Dalam Islam, pemenuhan naluri nau (melestarikan keturunan) bukan dengan zina. Zina jelas haram, mendekatinya saja dilarang, apalagi jika sampai melakukannya. Sebagaimana firman Allah Taala, “Dan janganlah kamu mendekati zina, (zina) itu sungguh perbuatan keji, dan suatu jalan yang buruk.” (QS. Al-Isra: 32)
Sementara Islam menganjurkan menikah bagi siapa saja yang sudah balig dan mampu emngarungi bahtera ini. Sebagaimana sabda Nabi saw., “Nikahilah perempuan yang pecinta (yakni yang mencintai suaminya) dan yang dapat mempunyai anak banyak, karena sesungguhnya aku akan berbangga dengan sebab (banyaknya) kamu di hadapan umat-umat (yang terdahulu).” (HR. Abu Dawud)
Bagi yang sanggup menikah, banyak sekali cara menahan diri terhindar dari perbuatan mendekati zina. Dalam kitab “Sistem Pergaulan Islam” disebutkan bahwa kehidupan laki-laki dan perempuan hukum asalnya terpisah. Maka dari itu, laki-laki dan perempuan dilarang berkhalwat (berdua-duaan) ataupun ikhtilat (bercampur baur). Baik laki-laki maupun perempuan wajib ghadul bashor (menundukkan pandangan), menutup aurat dengan sempurna sesuai ketentuan Islam. Selain itu, perempuan dilarang tabaruj dan juga mendayukan suaranya di hadapan laki-laki asing (bukan mahrom).

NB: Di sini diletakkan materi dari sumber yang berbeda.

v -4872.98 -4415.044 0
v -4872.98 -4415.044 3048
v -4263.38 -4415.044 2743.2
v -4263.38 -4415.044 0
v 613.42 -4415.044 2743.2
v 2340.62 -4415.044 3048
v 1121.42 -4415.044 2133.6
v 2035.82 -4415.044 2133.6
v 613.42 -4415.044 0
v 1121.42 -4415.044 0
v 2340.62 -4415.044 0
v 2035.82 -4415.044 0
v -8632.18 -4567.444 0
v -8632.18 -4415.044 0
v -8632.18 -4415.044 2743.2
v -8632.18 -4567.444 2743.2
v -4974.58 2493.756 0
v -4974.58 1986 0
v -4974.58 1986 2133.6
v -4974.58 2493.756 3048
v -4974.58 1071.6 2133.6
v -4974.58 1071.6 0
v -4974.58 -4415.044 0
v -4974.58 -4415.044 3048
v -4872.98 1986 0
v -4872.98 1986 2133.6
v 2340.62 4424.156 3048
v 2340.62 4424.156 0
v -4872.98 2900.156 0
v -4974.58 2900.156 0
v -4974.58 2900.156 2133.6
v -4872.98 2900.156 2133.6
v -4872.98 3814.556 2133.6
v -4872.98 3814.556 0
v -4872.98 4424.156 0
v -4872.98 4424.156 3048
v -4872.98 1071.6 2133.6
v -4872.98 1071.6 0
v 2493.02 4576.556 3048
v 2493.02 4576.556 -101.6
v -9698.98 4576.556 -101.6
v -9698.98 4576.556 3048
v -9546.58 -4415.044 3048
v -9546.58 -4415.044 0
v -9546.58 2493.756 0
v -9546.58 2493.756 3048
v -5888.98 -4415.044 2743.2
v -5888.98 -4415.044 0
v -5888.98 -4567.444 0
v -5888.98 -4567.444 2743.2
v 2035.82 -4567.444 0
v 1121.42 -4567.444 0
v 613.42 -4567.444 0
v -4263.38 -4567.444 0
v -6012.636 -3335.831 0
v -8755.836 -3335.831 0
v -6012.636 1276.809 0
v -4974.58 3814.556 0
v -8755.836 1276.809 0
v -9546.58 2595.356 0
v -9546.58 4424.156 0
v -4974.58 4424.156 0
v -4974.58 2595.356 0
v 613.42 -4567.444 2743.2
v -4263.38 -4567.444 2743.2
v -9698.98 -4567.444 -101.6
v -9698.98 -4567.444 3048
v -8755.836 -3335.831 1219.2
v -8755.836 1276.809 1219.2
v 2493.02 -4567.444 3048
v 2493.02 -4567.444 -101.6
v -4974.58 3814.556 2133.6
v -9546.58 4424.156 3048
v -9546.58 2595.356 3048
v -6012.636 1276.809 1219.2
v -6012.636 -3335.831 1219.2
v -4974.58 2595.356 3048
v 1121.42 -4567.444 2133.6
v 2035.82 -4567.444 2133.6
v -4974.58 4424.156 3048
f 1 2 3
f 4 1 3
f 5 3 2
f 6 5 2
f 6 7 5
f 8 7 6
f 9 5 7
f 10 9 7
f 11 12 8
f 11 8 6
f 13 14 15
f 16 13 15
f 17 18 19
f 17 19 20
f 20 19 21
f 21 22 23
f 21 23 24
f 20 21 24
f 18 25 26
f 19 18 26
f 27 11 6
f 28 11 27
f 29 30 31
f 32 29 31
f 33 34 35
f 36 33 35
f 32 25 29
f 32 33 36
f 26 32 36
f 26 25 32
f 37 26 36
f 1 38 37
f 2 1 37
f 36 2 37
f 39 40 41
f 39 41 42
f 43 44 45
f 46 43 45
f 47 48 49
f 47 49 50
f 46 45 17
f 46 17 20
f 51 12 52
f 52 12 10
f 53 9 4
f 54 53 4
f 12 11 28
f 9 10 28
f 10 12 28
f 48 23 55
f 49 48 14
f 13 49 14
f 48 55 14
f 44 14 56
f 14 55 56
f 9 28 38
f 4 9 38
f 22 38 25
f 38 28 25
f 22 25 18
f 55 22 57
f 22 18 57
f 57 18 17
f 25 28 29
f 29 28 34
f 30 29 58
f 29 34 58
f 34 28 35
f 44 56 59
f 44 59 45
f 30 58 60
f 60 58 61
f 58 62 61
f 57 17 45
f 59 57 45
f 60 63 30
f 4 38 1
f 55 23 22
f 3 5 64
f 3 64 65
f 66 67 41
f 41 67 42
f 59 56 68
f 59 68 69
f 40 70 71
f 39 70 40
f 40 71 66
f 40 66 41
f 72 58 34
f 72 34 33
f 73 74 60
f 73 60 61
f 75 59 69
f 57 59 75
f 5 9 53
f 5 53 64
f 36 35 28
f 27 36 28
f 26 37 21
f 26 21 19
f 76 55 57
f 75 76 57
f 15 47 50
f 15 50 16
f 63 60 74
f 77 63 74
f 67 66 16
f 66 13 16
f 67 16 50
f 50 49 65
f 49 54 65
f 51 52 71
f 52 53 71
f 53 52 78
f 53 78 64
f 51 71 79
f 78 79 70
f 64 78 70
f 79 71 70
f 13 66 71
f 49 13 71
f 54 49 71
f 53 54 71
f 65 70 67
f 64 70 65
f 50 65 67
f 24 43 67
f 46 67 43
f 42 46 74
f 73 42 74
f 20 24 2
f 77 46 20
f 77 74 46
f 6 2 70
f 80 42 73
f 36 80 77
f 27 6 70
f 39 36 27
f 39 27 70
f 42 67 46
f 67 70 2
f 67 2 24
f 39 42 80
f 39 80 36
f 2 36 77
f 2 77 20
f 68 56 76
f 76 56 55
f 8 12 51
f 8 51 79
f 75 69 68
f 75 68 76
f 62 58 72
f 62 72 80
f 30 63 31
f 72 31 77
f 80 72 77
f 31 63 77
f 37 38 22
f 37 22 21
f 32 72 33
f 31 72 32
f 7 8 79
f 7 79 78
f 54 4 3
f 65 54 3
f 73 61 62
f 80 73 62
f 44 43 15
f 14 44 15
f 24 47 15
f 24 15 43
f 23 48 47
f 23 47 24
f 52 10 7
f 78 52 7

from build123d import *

# Parameters (mm, degrees)
F0_W      = 12192
F0_H      = 9144
F0_W_2    = 11887.2
F0_H_2    = 8839.2
F1_DEPTH  = 3048
F2_W      = 9144
F2_H      = 101.6
F3_DEPTH  = 12192
F4_W      = 101.6
F4_H      = 3048
F5_DEPTH  = 8839.2
F6_W      = 101.6
F6_H      = 3048
F7_DEPTH  = 4572
F8_W      = 2743.2
F8_H      = 2743.2
F9_DEPTH  = 1574.8
F10_W     = 4876.8
F10_H     = 2743.2
F11_DEPTH = 3378.2
F12_W     = 914.4
F12_H     = 2133.6
F13_DEPTH = 1320.8
F14_W     = 914.4
F14_H     = 2133.6
F15_DEPTH = 660.4
F16_W     = 914.4
F16_H     = 2133.6
F17_DEPTH = 508
F18_W     = 2743.2
F18_H     = 4612.64
F19_DEPTH = 1219.2


with BuildPart() as f1:
    # F0 (on Top) → F1 (new body)
    with BuildSketch(Plane.XY):
        with Locations((-3602.979988, 4.555729)):
            Rectangle(F0_W, F0_H)
        with Locations((-3602.979988, 4.555729)):
            Rectangle(F0_W_2, F0_H_2, mode=Mode.SUBTRACT)
    extrude(amount=F1_DEPTH)

    # F2 (on face) → F3 (join, through all)
    with BuildSketch(Plane.YZ.offset(2493.020012)):
        with Locations((4.555729, -50.8)):
            Rectangle(F2_W, F2_H)
    extrude(amount=-F3_DEPTH)

    # F4 (on face) → F5 (join, through all)
    with BuildSketch(Plane(origin=(0, -4415.044271, 0), x_dir=(-1, 0, 0), z_dir=(0, 1, 0))):
        with Locations((4923.779988, 1524)):
            Rectangle(F4_W, F4_H)
    extrude(amount=F5_DEPTH)

    # F6 (on face) → F7 (join, through all)
    with BuildSketch(Plane(origin=(-4974.579988, 0, 0), x_dir=(0, -1, 0), z_dir=(-1, 0, 0))):
        with Locations((-2544.555729, 1524)):
            Rectangle(F6_W, F6_H)
    extrude(amount=F7_DEPTH)

    # F8 (on face) → F9 (cut)
    with BuildSketch(Plane(origin=(0, -4415.044271, 0), x_dir=(-1, 0, 0), z_dir=(0, 1, 0))):
        with Locations((7260.579988, 1371.6)):
            Rectangle(F8_W, F8_H)
    extrude(amount=-F9_DEPTH, mode=Mode.SUBTRACT)

    # F10 (on face) → F11 (cut)
    with BuildSketch(Plane(origin=(0, -4415.044271, 0), x_dir=(-1, 0, 0), z_dir=(0, 1, 0))):
        with Locations((1824.979988, 1371.6)):
            Rectangle(F10_W, F10_H)
    extrude(amount=-F11_DEPTH, mode=Mode.SUBTRACT)

    # F12 (on face) → F13 (cut)
    with BuildSketch(Plane(origin=(-4974.579988, 0, 0), x_dir=(0, -1, 0), z_dir=(-1, 0, 0))):
        with Locations((-3357.355729, 1066.8)):
            Rectangle(F12_W, F12_H)
    extrude(amount=-F13_DEPTH, mode=Mode.SUBTRACT)

    # F14 (on face) → F15 (cut)
    with BuildSketch(Plane.YZ.offset(-4872.979988)):
        with Locations((1528.800061, 1066.8)):
            Rectangle(F14_W, F14_H)
    extrude(amount=-F15_DEPTH, mode=Mode.SUBTRACT)

    # F16 (on face) → F17 (cut)
    with BuildSketch(Plane(origin=(0, -4415.044271, 0), x_dir=(-1, 0, 0), z_dir=(0, 1, 0))):
        with Locations((-1578.620012, 1066.8)):
            Rectangle(F16_W, F16_H)
    extrude(amount=-F17_DEPTH, mode=Mode.SUBTRACT)

    # F18 (on face) → F19 (join)
    with BuildSketch(Plane.XY):
        with Locations((-7384.23562, -1029.511064)):
            Rectangle(F18_W, F18_H)
    extrude(amount=F19_DEPTH)


solid = f1.part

Selain beberapa hal di atas, Baginda Nabi juga menitahkan muslim yang bergelora nalurinya, tetapi belum mampu menikah, untuk berpuasa. Sebagai muslim, seharusnya menerapkan syariat Islam dalam seluruh aspek kehidupan, termasuk urusan pergaulan laki-laki dan perempuan ini. Pendidikan Islam juga akan memisahkan antara siswa laki-laki dan perempuan. Interaksi atau pergaulan di antara mereka akan dijaga dan dikontrol ketat oleh pihak sekolah, masyarakat, dan juga negara. Pendidikan Islam berasakan akidah Islam, yakni membangun kesadaran akan hubungan siswa dengan Allah sehingga siswa benar-benar memahami hakikat hidupnya dan terbentuk kepribadian (pola pikir dan pola sikap) islami pada diri siswa.
Dalam perkara kontrasepsi, mubah saja alat itu diedarkan di tengah masyarakat yang telah menikah, hanya untuk yag telah menikah. Adapun pelanggaran-pelanggaran mendekati zina bagi siapa pun yang telah balig akan diberikan hukuman sesuai pasangan khalifah atau kadi. Apabila sampai berzina, maka hukum rajam bagi yang sudah menikah dan cambuk 100 kali bagi yang belum menikah akan ditegakkan tanpa pandang bulu. Karena itulah hukuman yang telah termaktub dalam nas Al-Qur’an dan sunah.
Dengan demikian, tak akan ada celah bagi perzinaan. Tentu saja semua mekanisme di atas akan sangat efektif jika penerapan Islam kaffah diselenggarakan oleh institusi negara. Sebab, negaralah yang berkewajiban menjaga suasana keimanan di tengah masyarakat dan memelihara semua urusan rakyat, termasuk perkara interaksi antara laki-laki dan perempuan. Aturan Islam menjaga setiap individu untuk meraih kemuliaan dunia dan akhirat. Sudah saatnya kaum muslim berjuang mengembalikan kehidupan Islam agar keberkahan dan rahmat bagi semesta alam terwujud. Wallahualam.